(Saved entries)

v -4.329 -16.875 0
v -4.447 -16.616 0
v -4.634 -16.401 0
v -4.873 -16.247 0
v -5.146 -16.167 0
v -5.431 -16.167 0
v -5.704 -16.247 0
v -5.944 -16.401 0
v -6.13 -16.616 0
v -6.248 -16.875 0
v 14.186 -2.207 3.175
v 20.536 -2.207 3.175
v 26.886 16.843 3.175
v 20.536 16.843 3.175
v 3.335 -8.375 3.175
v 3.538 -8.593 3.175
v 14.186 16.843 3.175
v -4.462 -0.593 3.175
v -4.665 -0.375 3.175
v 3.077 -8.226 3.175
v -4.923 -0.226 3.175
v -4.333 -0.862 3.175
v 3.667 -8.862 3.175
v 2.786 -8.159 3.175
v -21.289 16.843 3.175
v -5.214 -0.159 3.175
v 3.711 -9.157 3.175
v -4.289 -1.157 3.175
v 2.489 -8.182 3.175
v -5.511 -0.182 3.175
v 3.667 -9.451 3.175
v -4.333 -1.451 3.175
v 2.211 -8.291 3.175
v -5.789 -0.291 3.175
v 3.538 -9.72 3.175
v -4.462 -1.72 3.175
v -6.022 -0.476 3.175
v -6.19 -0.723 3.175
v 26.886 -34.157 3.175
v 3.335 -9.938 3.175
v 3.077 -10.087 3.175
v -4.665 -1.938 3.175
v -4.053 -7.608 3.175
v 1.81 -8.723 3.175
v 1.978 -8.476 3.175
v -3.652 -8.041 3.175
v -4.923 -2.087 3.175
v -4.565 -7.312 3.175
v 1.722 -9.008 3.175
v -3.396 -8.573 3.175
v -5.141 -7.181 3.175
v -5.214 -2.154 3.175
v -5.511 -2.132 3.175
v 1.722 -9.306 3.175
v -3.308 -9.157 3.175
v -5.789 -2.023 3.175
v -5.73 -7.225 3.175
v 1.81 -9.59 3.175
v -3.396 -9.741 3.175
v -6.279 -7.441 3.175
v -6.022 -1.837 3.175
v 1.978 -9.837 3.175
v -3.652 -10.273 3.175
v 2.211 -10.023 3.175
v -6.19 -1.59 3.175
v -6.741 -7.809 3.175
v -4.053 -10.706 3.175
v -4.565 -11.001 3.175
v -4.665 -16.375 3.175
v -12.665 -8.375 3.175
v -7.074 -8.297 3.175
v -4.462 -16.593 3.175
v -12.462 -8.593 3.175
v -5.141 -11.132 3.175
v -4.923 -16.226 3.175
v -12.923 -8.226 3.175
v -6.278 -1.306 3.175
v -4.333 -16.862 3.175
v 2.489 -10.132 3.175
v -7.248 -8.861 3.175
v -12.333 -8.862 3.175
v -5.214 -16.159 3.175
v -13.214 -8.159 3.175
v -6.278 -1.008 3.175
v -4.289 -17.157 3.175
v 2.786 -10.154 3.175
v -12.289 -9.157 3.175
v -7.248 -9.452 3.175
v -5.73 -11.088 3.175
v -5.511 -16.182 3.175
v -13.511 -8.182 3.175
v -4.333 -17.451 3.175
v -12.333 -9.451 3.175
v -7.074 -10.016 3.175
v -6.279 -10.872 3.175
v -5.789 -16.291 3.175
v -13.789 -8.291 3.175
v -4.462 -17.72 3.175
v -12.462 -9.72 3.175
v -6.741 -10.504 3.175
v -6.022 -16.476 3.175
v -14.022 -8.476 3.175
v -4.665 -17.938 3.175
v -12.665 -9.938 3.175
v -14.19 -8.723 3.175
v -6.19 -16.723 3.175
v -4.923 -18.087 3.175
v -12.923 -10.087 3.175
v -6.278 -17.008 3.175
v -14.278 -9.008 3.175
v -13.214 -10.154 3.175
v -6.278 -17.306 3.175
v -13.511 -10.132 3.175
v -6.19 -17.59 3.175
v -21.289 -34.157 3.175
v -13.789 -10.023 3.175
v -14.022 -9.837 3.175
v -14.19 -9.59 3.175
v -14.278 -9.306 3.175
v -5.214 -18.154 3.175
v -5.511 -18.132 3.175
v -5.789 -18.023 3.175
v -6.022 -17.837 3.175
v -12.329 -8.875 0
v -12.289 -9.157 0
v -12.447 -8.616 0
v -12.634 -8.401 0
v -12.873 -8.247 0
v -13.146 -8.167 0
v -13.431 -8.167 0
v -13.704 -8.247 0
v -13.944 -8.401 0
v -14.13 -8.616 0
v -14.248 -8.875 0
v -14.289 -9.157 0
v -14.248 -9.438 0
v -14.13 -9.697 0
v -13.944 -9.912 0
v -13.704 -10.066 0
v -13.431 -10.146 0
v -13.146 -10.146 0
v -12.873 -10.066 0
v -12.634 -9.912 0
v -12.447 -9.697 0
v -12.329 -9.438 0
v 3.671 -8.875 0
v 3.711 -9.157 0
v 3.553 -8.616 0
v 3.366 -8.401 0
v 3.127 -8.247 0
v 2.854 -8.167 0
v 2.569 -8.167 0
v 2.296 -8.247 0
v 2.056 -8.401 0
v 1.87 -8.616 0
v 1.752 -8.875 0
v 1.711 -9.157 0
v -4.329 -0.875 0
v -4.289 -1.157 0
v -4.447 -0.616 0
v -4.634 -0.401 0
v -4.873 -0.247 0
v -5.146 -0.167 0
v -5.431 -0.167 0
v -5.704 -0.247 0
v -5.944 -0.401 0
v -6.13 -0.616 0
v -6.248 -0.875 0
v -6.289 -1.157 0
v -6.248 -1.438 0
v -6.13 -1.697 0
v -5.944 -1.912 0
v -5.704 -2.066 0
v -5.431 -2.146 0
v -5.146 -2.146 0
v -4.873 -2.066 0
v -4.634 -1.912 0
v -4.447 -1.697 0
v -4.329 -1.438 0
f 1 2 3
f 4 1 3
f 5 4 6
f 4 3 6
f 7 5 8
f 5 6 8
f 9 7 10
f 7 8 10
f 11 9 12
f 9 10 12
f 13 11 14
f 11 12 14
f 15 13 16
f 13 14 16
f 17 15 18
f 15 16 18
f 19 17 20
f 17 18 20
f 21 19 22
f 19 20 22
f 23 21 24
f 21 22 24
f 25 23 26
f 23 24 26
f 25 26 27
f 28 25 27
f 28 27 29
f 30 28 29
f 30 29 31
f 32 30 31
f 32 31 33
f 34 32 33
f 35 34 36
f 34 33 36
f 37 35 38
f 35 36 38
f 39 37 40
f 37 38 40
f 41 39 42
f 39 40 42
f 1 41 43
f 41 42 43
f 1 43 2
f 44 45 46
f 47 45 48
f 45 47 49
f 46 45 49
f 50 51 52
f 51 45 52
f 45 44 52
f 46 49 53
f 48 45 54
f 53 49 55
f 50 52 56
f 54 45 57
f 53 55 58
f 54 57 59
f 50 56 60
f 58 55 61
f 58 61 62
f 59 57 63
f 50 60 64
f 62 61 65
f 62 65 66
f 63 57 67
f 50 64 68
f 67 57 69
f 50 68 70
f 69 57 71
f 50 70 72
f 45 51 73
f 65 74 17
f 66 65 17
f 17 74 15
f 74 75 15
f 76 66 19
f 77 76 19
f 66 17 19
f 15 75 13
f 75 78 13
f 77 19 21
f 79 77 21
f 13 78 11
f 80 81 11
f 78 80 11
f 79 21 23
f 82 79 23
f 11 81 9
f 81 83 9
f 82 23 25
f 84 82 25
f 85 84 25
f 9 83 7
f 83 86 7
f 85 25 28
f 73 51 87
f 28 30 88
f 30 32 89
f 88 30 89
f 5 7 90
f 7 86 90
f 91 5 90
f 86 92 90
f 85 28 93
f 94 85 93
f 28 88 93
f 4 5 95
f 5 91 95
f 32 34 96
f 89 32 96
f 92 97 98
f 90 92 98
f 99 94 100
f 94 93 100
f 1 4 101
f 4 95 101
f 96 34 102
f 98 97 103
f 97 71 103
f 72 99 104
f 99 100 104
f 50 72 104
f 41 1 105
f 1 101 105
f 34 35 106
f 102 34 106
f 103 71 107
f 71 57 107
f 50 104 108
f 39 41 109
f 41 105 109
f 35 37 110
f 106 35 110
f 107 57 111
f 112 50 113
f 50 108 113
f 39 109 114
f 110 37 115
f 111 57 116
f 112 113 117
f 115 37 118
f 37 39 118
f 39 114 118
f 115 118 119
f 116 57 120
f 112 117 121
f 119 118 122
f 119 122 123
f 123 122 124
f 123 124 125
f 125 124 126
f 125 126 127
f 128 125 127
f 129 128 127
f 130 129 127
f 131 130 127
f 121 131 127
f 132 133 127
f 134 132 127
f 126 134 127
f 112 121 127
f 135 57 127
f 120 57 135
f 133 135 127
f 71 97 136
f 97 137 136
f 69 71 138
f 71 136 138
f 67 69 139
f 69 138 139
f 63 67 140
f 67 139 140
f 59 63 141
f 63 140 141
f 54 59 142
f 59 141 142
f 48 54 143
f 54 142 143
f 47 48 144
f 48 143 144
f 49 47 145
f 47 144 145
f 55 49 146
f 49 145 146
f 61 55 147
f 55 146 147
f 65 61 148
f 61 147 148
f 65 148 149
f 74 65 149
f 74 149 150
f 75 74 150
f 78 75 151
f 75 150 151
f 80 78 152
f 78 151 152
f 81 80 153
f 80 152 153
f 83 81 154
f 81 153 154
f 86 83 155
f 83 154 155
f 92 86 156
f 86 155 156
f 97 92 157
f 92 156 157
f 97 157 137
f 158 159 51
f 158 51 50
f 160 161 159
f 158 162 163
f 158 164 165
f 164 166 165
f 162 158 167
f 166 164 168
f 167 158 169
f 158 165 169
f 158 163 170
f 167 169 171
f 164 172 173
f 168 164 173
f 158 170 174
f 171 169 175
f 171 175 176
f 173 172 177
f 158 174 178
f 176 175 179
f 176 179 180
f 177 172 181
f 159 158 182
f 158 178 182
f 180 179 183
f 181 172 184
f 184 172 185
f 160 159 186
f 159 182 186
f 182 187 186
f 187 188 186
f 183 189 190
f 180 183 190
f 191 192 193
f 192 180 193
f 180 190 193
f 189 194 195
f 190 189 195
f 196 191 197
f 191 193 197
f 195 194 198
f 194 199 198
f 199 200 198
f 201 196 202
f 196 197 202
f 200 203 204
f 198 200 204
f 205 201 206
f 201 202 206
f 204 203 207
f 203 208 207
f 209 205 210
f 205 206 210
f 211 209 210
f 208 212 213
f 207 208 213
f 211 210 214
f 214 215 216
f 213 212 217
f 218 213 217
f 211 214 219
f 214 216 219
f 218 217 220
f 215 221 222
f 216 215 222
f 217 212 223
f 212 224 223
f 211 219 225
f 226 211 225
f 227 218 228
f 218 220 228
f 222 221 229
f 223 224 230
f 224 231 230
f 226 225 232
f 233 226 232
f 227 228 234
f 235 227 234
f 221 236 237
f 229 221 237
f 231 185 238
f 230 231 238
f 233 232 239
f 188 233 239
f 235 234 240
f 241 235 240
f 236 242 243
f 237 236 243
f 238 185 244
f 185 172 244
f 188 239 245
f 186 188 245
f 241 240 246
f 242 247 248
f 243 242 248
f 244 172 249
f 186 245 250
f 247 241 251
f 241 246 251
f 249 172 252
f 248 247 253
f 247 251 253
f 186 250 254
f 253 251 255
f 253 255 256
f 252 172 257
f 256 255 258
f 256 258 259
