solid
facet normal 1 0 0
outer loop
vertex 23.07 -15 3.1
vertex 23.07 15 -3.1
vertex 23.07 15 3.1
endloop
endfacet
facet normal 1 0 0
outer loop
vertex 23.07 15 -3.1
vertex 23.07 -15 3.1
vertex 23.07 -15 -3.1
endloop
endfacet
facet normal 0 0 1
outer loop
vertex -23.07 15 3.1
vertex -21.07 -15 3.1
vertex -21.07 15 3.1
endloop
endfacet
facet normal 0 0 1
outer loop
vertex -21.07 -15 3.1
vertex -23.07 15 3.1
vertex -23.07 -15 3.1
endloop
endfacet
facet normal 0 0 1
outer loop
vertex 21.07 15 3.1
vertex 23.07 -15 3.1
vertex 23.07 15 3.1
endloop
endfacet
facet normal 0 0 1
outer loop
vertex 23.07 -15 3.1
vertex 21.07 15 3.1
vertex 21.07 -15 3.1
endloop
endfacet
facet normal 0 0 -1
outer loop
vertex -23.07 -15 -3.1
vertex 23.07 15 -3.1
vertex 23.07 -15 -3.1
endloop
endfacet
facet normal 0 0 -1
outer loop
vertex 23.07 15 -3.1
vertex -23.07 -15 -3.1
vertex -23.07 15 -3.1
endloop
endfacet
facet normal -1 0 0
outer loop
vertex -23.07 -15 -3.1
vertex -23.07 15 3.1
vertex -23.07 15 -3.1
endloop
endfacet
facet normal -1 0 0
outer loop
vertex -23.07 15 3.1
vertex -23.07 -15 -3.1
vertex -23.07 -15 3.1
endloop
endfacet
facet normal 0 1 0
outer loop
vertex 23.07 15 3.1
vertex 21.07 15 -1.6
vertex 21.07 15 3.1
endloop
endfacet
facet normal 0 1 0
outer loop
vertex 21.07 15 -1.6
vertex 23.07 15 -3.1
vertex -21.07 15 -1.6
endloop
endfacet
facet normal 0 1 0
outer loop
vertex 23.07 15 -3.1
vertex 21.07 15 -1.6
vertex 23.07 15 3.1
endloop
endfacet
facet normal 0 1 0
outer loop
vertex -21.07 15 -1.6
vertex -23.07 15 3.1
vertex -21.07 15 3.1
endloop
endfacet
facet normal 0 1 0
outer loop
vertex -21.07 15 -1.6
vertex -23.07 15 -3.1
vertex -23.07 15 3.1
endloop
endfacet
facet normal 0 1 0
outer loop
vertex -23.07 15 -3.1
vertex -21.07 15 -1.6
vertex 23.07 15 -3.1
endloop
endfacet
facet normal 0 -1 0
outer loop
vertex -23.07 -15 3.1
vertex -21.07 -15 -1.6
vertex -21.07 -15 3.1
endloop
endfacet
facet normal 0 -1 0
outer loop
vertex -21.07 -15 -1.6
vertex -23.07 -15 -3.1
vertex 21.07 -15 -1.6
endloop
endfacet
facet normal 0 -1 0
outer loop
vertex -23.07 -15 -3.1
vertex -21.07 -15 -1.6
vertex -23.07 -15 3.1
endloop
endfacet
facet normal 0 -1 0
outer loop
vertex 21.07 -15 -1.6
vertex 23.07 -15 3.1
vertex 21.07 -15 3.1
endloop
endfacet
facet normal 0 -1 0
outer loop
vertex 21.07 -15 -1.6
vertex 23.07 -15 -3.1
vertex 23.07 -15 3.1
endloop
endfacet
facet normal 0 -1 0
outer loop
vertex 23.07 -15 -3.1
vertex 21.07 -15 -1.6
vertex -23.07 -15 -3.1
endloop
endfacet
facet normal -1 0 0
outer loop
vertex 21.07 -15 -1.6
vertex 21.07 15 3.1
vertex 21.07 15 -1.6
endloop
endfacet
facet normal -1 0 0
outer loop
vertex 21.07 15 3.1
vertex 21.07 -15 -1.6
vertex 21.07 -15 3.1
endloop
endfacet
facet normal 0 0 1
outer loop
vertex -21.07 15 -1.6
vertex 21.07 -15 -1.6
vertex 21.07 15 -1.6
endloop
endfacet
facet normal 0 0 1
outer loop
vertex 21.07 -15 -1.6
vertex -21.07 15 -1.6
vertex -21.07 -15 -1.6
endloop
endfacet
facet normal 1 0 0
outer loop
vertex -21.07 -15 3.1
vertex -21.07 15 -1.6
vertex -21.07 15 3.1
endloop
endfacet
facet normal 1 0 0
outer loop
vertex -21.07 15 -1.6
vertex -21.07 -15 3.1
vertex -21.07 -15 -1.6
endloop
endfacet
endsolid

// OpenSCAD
joy_width = 26.4;
tcv_width = 15.54;

x_groove = joy_width + tcv_width + 0.2;

t = 6.2;
tg = 4.7;

difference(){
    cube([x_groove + 4, 30, t], center=true);
    translate([0, 0, (t - tg)/2])
    cube([x_groove, 30, tg], center=true);
}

Required work
Beginning at the opening line of the data, transcribe each line exactly until you reach the line with "v -4.462 -17.72 3.175", which you also include, and go no further.

Completed exercise
v -4.329 -16.875 0
v -4.447 -16.616 0
v -4.634 -16.401 0
v -4.873 -16.247 0
v -5.146 -16.167 0
v -5.431 -16.167 0
v -5.704 -16.247 0
v -5.944 -16.401 0
v -6.13 -16.616 0
v -6.248 -16.875 0
v 14.186 -2.207 3.175
v 20.536 -2.207 3.175
v 26.886 16.843 3.175
v 20.536 16.843 3.175
v 3.335 -8.375 3.175
v 3.538 -8.593 3.175
v 14.186 16.843 3.175
v -4.462 -0.593 3.175
v -4.665 -0.375 3.175
v 3.077 -8.226 3.175
v -4.923 -0.226 3.175
v -4.333 -0.862 3.175
v 3.667 -8.862 3.175
v 2.786 -8.159 3.175
v -21.289 16.843 3.175
v -5.214 -0.159 3.175
v 3.711 -9.157 3.175
v -4.289 -1.157 3.175
v 2.489 -8.182 3.175
v -5.511 -0.182 3.175
v 3.667 -9.451 3.175
v -4.333 -1.451 3.175
v 2.211 -8.291 3.175
v -5.789 -0.291 3.175
v 3.538 -9.72 3.175
v -4.462 -1.72 3.175
v -6.022 -0.476 3.175
v -6.19 -0.723 3.175
v 26.886 -34.157 3.175
v 3.335 -9.938 3.175
v 3.077 -10.087 3.175
v -4.665 -1.938 3.175
v -4.053 -7.608 3.175
v 1.81 -8.723 3.175
v 1.978 -8.476 3.175
v -3.652 -8.041 3.175
v -4.923 -2.087 3.175
v -4.565 -7.312 3.175
v 1.722 -9.008 3.175
v -3.396 -8.573 3.175
v -5.141 -7.181 3.175
v -5.214 -2.154 3.175
v -5.511 -2.132 3.175
v 1.722 -9.306 3.175
v -3.308 -9.157 3.175
v -5.789 -2.023 3.175
v -5.73 -7.225 3.175
v 1.81 -9.59 3.175
v -3.396 -9.741 3.175
v -6.279 -7.441 3.175
v -6.022 -1.837 3.175
v 1.978 -9.837 3.175
v -3.652 -10.273 3.175
v 2.211 -10.023 3.175
v -6.19 -1.59 3.175
v -6.741 -7.809 3.175
v -4.053 -10.706 3.175
v -4.565 -11.001 3.175
v -4.665 -16.375 3.175
v -12.665 -8.375 3.175
v -7.074 -8.297 3.175
v -4.462 -16.593 3.175
v -12.462 -8.593 3.175
v -5.141 -11.132 3.175
v -4.923 -16.226 3.175
v -12.923 -8.226 3.175
v -6.278 -1.306 3.175
v -4.333 -16.862 3.175
v 2.489 -10.132 3.175
v -7.248 -8.861 3.175
v -12.333 -8.862 3.175
v -5.214 -16.159 3.175
v -13.214 -8.159 3.175
v -6.278 -1.008 3.175
v -4.289 -17.157 3.175
v 2.786 -10.154 3.175
v -12.289 -9.157 3.175
v -7.248 -9.452 3.175
v -5.73 -11.088 3.175
v -5.511 -16.182 3.175
v -13.511 -8.182 3.175
v -4.333 -17.451 3.175
v -12.333 -9.451 3.175
v -7.074 -10.016 3.175
v -6.279 -10.872 3.175
v -5.789 -16.291 3.175
v -13.789 -8.291 3.175
v -4.462 -17.72 3.175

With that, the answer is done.